Though some localities have parks with state-of-the-art facilities, others serve as dumping grounds for garbage and don't even have fences.

A poorly maintained GHMC park in Malkajgiri in Hyderabad, where water can be seen flowing outside the parkBy Arrangement
news Parks Tuesday, March 16, 2021 - 14:31

In Hyderabad’s Gachibowli, a large piece of land has been converted into a dog park. This is not just an ordinary lawn where you can walk your dog-- this bone-shaped park has several state-of-the-art facilities like obstacle courses, splash pools and special turf, and people and their pets can spend hours enjoying the place. However, residents living in the opposite end of the city, in places like Malkajgiri, don’t have the same luxury. Public parks here are overgrown and under-maintained, with piles of garbage strewn around.

Within the Greater Hyderabad Municipal Corporation (GHMC), there are a total of 3,091 identified open spaces, spread across 1,760 acres of land. Of this, 919 spaces which come up to 727 acres have been converted into parks over the years, according to official data. Though some of these parks are well-maintained and developed, this is not the case everywhere.

Malkajgiri is one of the largest municipalities in the suburbs of Hyderabad. However, the parks in the locality are in a dismal state. Robin Zaccheus, who hails from Malkajgiri, says that the parks are not only run-down, but they are also used as a dumping ground for garbage by local residents. Robin further shares, “The parks in our area are not at all maintained. Forget maintenance, they don't even have proper fencing, which has resulted in the conversion of these parks into dumping yards; one can find everything from animal carcasses to debris dumped here. Due to lack of security, the park has also become an open invitation for unfavourable activities in the residential areas. People in the evenings smoke and drink here.” He adds that officials spend money in maintaining parks in already well-developed areas, and demands that all divisions receive an equal share of amenities provided by the municipality.  

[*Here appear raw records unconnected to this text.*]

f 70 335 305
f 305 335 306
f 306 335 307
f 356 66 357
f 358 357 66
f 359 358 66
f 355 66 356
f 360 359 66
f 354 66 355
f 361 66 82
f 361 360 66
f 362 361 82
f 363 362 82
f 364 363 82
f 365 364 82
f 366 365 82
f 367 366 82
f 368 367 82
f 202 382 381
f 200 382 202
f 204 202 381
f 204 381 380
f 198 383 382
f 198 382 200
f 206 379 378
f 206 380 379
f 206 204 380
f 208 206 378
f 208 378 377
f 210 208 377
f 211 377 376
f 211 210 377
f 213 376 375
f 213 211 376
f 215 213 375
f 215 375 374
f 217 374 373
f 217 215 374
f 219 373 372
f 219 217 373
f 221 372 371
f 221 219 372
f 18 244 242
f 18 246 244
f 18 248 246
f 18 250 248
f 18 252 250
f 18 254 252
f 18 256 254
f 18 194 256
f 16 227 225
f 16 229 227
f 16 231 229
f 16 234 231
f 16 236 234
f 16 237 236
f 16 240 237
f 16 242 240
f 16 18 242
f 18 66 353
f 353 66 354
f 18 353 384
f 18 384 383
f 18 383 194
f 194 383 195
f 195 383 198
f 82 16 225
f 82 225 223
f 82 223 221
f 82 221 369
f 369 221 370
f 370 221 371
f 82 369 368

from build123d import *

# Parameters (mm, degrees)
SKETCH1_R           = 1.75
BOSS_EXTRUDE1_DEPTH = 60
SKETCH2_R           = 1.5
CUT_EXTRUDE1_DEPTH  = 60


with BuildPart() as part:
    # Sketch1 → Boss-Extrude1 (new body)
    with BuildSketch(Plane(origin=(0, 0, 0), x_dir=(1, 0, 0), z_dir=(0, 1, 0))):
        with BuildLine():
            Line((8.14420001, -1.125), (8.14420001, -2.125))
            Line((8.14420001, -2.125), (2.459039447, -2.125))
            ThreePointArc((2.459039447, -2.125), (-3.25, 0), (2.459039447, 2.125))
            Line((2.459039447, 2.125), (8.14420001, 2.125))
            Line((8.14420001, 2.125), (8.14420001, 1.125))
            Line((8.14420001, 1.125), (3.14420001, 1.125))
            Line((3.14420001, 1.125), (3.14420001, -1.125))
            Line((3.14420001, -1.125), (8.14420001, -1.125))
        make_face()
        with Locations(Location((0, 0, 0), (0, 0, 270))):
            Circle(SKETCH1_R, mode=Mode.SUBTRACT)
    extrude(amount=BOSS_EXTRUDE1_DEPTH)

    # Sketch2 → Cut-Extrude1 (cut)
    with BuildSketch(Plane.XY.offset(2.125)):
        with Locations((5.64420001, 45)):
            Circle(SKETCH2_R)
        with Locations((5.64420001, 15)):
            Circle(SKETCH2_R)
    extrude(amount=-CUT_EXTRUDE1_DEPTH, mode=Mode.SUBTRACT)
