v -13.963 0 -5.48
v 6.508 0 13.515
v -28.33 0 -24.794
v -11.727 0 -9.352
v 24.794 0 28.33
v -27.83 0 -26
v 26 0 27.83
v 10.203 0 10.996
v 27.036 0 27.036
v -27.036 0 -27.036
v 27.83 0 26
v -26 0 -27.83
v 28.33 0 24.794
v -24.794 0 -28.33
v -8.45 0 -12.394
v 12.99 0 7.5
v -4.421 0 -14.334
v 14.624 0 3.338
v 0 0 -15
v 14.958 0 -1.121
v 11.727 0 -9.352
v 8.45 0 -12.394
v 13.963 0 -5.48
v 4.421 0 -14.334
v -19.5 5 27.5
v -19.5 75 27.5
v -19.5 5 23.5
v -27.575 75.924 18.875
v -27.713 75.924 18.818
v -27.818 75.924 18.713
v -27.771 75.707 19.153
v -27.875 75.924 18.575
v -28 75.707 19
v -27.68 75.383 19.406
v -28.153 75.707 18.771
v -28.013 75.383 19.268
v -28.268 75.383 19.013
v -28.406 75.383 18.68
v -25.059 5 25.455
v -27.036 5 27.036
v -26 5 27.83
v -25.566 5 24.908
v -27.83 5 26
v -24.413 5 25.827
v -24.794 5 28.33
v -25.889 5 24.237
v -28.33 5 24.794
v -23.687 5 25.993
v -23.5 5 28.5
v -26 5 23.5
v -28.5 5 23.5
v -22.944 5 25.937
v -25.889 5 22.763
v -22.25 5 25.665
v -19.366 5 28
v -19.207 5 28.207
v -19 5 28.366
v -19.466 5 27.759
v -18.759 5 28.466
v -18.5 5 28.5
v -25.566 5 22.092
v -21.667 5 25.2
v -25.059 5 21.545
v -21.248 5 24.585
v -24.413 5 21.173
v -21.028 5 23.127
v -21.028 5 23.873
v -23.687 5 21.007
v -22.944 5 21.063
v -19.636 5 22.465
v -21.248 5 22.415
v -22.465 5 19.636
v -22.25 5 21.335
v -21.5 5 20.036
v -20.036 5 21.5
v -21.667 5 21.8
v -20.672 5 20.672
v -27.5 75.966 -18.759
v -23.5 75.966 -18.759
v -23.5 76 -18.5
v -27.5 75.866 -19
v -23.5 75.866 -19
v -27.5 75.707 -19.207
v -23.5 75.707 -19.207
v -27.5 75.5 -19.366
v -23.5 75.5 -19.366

Garbage thrown in a community park in Malkajgiri

Another major problem that parks which do not have any security measures face is encroachment. P J Reddy, president of the Saket Residential Welfare Association in the Kapra division of the GHMC, says that the an area used to have about 4.5 acres of open space, which is a government land. However, Reddy says, about half an acre has been lost to property development around. To prevent the land from further shrinking, residents have been requesting the GHMC and state Revenue Department to convert the open space into a biodiversity park since 2009.

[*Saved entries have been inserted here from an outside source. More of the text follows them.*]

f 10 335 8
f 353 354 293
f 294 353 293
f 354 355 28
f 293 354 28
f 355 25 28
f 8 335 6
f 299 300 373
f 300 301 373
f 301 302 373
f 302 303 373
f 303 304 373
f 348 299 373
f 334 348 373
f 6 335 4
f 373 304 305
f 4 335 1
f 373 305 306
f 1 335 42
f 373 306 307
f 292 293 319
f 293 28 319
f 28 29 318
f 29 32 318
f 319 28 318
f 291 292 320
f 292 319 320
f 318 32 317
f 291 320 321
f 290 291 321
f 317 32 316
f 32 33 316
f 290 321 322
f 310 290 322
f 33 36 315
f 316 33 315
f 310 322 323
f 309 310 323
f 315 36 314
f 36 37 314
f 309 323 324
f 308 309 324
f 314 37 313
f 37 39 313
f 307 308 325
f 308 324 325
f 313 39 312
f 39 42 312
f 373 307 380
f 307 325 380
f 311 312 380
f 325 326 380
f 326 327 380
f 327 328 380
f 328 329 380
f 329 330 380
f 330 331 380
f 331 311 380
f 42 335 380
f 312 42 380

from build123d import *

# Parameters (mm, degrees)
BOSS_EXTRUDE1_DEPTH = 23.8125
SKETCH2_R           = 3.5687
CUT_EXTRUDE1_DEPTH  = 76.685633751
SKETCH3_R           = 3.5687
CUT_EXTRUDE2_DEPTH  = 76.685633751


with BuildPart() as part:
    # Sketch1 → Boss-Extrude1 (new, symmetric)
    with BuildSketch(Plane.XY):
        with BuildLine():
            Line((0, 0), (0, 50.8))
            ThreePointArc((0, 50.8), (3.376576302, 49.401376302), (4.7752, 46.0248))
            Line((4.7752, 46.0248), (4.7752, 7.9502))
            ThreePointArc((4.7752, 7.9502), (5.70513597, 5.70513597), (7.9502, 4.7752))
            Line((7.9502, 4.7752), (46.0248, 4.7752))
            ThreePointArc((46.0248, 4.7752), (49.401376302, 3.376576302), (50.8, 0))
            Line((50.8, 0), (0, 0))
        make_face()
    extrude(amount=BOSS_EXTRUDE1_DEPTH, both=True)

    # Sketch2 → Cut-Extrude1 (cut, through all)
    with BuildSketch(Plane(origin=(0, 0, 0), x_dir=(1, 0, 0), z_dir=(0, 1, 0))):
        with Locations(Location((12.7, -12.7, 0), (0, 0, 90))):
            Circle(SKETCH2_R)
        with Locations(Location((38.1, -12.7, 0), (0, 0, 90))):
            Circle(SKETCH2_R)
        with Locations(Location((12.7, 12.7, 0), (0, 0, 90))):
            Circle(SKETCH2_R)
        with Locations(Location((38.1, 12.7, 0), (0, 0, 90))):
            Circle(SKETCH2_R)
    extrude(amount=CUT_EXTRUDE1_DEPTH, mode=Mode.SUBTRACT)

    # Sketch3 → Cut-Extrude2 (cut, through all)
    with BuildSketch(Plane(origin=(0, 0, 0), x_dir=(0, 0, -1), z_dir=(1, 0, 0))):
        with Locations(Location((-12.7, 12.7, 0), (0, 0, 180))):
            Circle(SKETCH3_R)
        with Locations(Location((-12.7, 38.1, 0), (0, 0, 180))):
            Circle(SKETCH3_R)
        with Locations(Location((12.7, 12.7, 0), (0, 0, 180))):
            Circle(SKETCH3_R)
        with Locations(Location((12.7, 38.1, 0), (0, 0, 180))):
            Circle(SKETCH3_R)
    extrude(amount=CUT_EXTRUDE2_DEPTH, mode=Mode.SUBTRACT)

“We keep protesting to protect our open space. We might have already lost at least half an acre of land to encroachments and by the people who claim that the land belongs to their ancestors. However, that is not true. We have been requesting the officials for more than a decade to take action against encroachment and to convert the space into a biodiversity park, to promote and protect ecological balance, but nothing has happened. The building of the biodiversity park was also one of the promises made by the local leaders during the GHMC elections, however, nothing has materialised so far,” PJ Reddy laments. The residents also say that several complaints regarding the encroachment of the park, registered through the grievance portal of the GHMC, have remained largely unattended.  

The land that residents are requesting for a biodiversity park

However, the GHMC has concrete plans to build 50 themed parks. Among those that are already open for the public are a dog park, a ‘Panchatantra park’ and a ‘Kishanbagh park’. The upcoming themed parks will be spread equally across all zones, the civic body has said. The project is being taken up with a financial outlay of Rs 134.23 crore. The parks, which are already under progress, are expected to be completed by the end of 2021.